(SOURCE DATA)
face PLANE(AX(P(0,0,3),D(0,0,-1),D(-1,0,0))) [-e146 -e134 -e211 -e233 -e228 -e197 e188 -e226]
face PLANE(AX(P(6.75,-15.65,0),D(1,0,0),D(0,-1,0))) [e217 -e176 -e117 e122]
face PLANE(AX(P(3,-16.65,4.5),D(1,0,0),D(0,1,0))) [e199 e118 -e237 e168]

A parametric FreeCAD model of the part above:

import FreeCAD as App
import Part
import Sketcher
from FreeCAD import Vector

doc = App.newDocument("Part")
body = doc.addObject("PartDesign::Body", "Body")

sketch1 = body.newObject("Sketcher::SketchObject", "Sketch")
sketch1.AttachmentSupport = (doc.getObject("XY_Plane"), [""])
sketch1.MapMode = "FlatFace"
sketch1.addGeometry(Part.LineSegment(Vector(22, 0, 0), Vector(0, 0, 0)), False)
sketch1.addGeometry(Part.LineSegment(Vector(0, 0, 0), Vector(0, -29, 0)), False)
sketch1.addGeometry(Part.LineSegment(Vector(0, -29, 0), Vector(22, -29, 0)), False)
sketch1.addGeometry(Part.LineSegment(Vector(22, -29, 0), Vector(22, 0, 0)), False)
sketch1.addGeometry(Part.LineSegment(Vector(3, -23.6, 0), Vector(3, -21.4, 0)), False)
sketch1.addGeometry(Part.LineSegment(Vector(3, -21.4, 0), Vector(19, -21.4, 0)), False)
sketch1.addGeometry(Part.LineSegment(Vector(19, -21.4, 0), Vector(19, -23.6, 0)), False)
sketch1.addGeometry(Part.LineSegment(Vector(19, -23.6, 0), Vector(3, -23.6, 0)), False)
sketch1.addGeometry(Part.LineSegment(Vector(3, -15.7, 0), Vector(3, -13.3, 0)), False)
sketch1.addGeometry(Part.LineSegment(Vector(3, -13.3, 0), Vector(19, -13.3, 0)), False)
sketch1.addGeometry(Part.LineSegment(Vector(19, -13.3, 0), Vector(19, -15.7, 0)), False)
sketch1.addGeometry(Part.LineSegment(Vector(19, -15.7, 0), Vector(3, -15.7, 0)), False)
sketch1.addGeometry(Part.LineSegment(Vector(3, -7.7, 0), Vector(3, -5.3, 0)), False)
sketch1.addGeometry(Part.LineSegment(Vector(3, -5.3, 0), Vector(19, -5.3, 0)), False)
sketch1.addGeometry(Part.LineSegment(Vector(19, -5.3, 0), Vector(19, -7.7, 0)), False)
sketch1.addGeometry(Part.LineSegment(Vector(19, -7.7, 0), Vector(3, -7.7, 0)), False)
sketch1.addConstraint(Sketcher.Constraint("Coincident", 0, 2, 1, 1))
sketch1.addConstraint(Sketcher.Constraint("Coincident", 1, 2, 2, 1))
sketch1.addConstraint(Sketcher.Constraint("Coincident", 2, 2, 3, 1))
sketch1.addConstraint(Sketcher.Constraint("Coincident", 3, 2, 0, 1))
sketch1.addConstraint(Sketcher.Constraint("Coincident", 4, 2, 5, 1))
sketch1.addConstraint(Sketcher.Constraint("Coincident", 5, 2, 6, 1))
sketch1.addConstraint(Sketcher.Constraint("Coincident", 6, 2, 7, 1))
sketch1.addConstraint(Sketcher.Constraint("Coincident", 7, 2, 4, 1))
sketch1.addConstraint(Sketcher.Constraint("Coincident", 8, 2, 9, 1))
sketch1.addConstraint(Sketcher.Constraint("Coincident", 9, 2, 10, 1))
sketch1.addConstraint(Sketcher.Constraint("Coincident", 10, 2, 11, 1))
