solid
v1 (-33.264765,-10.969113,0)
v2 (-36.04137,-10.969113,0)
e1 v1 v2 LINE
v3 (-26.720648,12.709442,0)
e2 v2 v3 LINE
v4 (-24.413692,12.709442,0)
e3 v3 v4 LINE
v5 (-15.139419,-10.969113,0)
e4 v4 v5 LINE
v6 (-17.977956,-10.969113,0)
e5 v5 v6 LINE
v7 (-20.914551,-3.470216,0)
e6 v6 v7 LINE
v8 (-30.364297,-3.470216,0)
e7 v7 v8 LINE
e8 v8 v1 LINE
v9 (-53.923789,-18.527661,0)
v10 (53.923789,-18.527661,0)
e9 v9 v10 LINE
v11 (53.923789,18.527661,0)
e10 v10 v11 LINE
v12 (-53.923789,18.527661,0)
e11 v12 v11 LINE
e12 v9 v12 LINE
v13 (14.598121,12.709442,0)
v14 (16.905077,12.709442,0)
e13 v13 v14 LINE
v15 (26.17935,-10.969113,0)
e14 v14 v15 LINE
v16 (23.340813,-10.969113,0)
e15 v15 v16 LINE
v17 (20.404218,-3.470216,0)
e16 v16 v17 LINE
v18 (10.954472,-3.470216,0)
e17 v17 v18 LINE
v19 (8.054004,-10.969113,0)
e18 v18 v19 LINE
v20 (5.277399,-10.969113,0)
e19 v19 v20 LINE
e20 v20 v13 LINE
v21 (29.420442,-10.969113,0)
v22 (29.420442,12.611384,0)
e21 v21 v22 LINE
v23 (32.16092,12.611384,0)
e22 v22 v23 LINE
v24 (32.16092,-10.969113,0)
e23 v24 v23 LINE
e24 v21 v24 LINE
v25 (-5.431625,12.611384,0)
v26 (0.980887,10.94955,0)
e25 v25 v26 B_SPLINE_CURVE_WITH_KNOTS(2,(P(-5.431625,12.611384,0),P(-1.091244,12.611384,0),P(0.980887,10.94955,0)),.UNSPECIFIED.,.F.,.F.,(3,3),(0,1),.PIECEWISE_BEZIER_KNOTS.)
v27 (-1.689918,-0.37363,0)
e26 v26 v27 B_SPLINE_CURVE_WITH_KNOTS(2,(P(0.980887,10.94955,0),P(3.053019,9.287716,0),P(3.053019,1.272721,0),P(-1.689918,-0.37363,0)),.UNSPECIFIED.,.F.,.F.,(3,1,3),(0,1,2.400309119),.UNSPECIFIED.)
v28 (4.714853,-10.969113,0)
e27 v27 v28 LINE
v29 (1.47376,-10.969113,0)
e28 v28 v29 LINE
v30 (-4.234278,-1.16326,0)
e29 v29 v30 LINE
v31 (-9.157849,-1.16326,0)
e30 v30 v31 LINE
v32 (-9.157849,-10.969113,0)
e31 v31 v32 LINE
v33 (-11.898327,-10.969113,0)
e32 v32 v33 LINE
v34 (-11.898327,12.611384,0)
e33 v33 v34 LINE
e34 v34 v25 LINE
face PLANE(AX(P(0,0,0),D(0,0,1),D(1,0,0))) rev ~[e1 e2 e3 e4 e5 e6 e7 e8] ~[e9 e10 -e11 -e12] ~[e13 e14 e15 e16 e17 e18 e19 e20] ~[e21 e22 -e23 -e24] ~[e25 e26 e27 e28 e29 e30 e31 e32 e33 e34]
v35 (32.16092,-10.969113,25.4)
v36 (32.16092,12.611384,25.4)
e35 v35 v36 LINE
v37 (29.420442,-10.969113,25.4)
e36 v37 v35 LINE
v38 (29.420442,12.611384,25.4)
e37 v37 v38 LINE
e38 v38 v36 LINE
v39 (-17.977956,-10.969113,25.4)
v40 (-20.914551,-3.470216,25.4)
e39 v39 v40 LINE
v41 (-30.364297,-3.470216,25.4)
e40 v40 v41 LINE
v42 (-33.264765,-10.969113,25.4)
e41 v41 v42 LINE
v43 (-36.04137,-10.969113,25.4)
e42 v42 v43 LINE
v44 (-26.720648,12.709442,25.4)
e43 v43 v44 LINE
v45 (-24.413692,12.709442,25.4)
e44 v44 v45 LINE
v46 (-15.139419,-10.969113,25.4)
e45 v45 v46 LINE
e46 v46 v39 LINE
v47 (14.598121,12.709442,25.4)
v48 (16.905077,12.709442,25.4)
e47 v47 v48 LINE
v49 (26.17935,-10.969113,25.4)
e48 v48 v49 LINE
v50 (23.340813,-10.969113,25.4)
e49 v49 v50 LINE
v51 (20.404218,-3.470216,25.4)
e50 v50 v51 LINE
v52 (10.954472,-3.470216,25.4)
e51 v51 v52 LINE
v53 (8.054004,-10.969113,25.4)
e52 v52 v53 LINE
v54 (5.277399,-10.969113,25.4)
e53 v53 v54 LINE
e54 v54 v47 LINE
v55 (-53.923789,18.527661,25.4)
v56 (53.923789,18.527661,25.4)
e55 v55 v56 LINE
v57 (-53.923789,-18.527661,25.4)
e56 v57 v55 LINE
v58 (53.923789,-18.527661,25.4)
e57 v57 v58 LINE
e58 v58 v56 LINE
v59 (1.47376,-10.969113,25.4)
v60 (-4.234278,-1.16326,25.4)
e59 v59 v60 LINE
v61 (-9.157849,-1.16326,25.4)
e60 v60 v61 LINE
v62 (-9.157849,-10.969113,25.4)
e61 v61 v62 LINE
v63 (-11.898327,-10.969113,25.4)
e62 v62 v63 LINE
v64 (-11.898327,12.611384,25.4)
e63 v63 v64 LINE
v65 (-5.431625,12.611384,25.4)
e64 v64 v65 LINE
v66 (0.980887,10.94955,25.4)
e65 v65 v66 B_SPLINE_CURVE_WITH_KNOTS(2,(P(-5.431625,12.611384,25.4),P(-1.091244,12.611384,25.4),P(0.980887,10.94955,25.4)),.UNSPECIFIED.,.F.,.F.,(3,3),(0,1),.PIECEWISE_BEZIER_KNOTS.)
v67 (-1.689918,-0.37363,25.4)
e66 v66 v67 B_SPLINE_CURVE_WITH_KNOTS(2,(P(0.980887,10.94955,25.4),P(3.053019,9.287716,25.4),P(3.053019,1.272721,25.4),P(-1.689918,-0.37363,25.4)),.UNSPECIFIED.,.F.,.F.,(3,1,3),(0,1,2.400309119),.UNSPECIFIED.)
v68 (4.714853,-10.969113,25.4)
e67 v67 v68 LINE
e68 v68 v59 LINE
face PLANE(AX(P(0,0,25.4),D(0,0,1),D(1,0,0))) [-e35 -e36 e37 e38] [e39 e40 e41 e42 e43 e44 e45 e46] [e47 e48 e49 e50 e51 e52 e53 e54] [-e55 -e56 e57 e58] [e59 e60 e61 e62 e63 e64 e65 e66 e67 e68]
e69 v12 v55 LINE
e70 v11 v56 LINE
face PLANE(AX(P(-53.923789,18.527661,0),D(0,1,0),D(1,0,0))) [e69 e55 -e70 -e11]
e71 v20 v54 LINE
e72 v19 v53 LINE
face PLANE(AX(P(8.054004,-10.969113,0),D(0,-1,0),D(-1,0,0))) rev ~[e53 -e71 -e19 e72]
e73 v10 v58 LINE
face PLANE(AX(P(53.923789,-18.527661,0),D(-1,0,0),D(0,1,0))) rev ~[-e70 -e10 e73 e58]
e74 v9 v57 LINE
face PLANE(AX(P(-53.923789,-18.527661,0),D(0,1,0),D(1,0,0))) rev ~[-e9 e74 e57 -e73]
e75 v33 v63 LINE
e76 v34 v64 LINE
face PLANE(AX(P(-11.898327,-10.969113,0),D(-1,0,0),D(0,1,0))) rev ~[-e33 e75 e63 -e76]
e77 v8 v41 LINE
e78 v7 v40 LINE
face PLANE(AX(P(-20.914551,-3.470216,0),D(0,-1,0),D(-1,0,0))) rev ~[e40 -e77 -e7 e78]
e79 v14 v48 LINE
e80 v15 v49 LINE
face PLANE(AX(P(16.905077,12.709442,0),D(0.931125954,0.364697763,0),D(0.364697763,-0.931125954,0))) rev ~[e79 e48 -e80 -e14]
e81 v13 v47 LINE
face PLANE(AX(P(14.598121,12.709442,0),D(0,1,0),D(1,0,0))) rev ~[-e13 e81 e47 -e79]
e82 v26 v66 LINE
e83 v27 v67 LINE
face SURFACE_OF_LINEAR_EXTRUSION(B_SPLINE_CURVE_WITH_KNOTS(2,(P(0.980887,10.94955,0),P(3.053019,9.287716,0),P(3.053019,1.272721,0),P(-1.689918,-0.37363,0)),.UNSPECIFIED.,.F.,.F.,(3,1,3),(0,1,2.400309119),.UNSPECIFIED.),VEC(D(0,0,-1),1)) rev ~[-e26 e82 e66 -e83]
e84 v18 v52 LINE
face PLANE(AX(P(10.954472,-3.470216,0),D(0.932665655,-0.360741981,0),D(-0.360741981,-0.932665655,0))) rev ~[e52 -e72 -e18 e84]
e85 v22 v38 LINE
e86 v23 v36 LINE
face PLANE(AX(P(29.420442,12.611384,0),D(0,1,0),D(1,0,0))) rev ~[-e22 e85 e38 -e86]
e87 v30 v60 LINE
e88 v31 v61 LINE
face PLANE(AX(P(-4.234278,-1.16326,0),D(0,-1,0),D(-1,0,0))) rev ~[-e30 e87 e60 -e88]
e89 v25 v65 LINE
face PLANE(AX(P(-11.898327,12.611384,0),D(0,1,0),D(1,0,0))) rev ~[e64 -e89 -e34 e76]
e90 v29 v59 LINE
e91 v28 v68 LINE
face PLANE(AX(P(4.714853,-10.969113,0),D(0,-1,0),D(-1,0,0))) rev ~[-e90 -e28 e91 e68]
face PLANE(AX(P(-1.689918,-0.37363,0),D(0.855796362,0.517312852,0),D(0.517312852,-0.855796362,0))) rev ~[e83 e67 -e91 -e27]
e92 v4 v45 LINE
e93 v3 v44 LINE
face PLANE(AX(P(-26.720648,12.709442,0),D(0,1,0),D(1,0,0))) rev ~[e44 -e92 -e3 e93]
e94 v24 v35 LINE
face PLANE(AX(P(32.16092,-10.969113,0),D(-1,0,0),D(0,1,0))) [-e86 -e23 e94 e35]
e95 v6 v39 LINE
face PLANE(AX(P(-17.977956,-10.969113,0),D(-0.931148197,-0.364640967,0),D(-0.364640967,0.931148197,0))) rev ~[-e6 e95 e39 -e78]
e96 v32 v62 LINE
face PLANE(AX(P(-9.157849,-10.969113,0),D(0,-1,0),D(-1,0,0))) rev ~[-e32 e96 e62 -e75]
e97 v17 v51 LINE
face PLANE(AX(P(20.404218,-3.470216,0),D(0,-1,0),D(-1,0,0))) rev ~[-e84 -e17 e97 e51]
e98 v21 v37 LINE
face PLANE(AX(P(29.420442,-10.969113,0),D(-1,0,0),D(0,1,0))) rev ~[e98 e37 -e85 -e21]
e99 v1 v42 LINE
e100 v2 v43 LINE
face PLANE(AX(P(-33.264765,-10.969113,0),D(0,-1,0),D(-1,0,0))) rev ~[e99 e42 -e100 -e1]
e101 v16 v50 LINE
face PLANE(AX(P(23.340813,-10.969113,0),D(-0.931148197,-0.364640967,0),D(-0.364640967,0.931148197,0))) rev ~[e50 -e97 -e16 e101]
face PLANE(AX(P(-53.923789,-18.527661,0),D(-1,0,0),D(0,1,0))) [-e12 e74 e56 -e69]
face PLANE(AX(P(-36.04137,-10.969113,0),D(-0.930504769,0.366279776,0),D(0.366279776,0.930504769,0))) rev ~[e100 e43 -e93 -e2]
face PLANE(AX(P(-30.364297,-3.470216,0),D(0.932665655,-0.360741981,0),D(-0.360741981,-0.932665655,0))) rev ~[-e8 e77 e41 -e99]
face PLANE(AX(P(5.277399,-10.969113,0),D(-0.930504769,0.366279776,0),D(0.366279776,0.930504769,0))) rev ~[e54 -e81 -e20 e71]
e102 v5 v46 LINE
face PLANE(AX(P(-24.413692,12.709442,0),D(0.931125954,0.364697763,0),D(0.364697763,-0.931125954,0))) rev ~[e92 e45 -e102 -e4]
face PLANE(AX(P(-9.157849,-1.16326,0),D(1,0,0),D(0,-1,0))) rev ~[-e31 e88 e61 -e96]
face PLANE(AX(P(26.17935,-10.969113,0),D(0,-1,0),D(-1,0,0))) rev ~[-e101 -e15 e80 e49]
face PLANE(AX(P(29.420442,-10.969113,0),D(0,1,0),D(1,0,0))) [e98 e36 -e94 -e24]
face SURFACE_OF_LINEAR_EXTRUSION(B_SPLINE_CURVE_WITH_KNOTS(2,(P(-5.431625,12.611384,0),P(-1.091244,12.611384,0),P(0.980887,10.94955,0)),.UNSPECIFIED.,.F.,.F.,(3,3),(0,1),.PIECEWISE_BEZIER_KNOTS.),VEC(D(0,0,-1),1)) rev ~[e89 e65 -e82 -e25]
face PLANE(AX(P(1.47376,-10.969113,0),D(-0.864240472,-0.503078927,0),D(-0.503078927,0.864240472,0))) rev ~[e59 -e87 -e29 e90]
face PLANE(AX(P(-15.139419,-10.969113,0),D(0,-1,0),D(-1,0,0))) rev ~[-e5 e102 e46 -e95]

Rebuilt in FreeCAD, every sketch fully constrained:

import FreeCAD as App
import Part
import Sketcher
Q = App.Units.Quantity


def add_polygon(sketch, points):
    """Adds a closed chain of lines whose ends are joined by coincident constraints."""
    first, n = sketch.GeometryCount, len(points)
    for a, b in zip(points, points[1:] + points[:1]):
        sketch.addGeometry(Part.LineSegment(App.Vector(*a, 0), App.Vector(*b, 0)), False)
    for i in range(n):
        sketch.addConstraint(Sketcher.Constraint("Coincident", first + i, 2, first + (i + 1) % n, 1))

doc = App.newDocument("Part")
body = doc.addObject("PartDesign::Body", "Body")

# Sketch on XY plane
sketch1 = body.newObject("Sketcher::SketchObject", "Sketch")
sketch1.AttachmentSupport = (doc.getObject("XY_Plane"), [""])
sketch1.MapMode = "FlatFace"
add_polygon(sketch1, [(-53.923789, 18.527661), (-53.923789, -18.527661), (53.923789, -18.527661), (53.923789, 18.527661)])  # lines 0-3
sketch1.addGeometry(Part.LineSegment(App.Vector(1.47376, -10.969113, 0), App.Vector(-4.234278, -1.16326, 0)), False)  # 4
sketch1.addGeometry(Part.LineSegment(App.Vector(-4.234278, -1.16326, 0), App.Vector(-9.157849, -1.16326, 0)), False)  # 5
sketch1.addGeometry(Part.LineSegment(App.Vector(-9.157849, -1.16326, 0), App.Vector(-9.157849, -10.969113, 0)), False)  # 6
sketch1.addGeometry(Part.LineSegment(App.Vector(-9.157849, -10.969113, 0), App.Vector(-11.898327, -10.969113, 0)), False)  # 7
sketch1.addGeometry(Part.LineSegment(App.Vector(-11.898327, -10.969113, 0), App.Vector(-11.898327, 12.611384, 0)), False)  # 8
sketch1.addGeometry(Part.LineSegment(App.Vector(-11.898327, 12.611384, 0), App.Vector(-5.431625, 12.611384, 0)), False)  # 9
sketch1.addGeometry(Part.BSplineCurve([App.Vector(-5.431625, 12.611384, 0), App.Vector(-1.091244, 12.611384, 0), App.Vector(0.980887, 10.94955, 0)], [3, 3], [0, 1], False, 2, [1, 1, 1], False), False)  # 10
sketch1.addGeometry(Part.BSplineCurve([App.Vector(0.980887, 10.94955, 0), App.Vector(3.053019, 9.287716, 0), App.Vector(3.053019, 1.272721, 0), App.Vector(-1.689918, -0.37363, 0)], [3, 1, 3], [0, 1, 2.400309119], False, 2, [1, 1, 1, 1], False), False)  # 11
sketch1.addGeometry(Part.LineSegment(App.Vector(-1.689918, -0.37363, 0), App.Vector(4.714853, -10.969113, 0)), False)  # 12
sketch1.addGeometry(Part.LineSegment(App.Vector(4.714853, -10.969113, 0), App.Vector(1.47376, -10.969113, 0)), False)  # 13
add_polygon(sketch1, [(32.16092, -10.969113), (29.420442, -10.969113), (29.420442, 12.611384), (32.16092, 12.611384)])  # lines 14-17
(End SOURCE DATA)
TASK DIRECTIONS: Look back at the data above. Transcribe exactly the lines starting at the line that contains "e45 v45 v46 LINE" and ending at the line that contains "v66 (0.980887,10.94955,25.4)".

SOLUTION TO THIS TASK:
e45 v45 v46 LINE
e46 v46 v39 LINE
v47 (14.598121,12.709442,25.4)
v48 (16.905077,12.709442,25.4)
e47 v47 v48 LINE
v49 (26.17935,-10.969113,25.4)
e48 v48 v49 LINE
v50 (23.340813,-10.969113,25.4)
e49 v49 v50 LINE
v51 (20.404218,-3.470216,25.4)
e50 v50 v51 LINE
v52 (10.954472,-3.470216,25.4)
e51 v51 v52 LINE
v53 (8.054004,-10.969113,25.4)
e52 v52 v53 LINE
v54 (5.277399,-10.969113,25.4)
e53 v53 v54 LINE
e54 v54 v47 LINE
v55 (-53.923789,18.527661,25.4)
v56 (53.923789,18.527661,25.4)
e55 v55 v56 LINE
v57 (-53.923789,-18.527661,25.4)
e56 v57 v55 LINE
v58 (53.923789,-18.527661,25.4)
e57 v57 v58 LINE
e58 v58 v56 LINE
v59 (1.47376,-10.969113,25.4)
v60 (-4.234278,-1.16326,25.4)
e59 v59 v60 LINE
v61 (-9.157849,-1.16326,25.4)
e60 v60 v61 LINE
v62 (-9.157849,-10.969113,25.4)
e61 v61 v62 LINE
v63 (-11.898327,-10.969113,25.4)
e62 v62 v63 LINE
v64 (-11.898327,12.611384,25.4)
e63 v63 v64 LINE
v65 (-5.431625,12.611384,25.4)
e64 v64 v65 LINE
v66 (0.980887,10.94955,25.4)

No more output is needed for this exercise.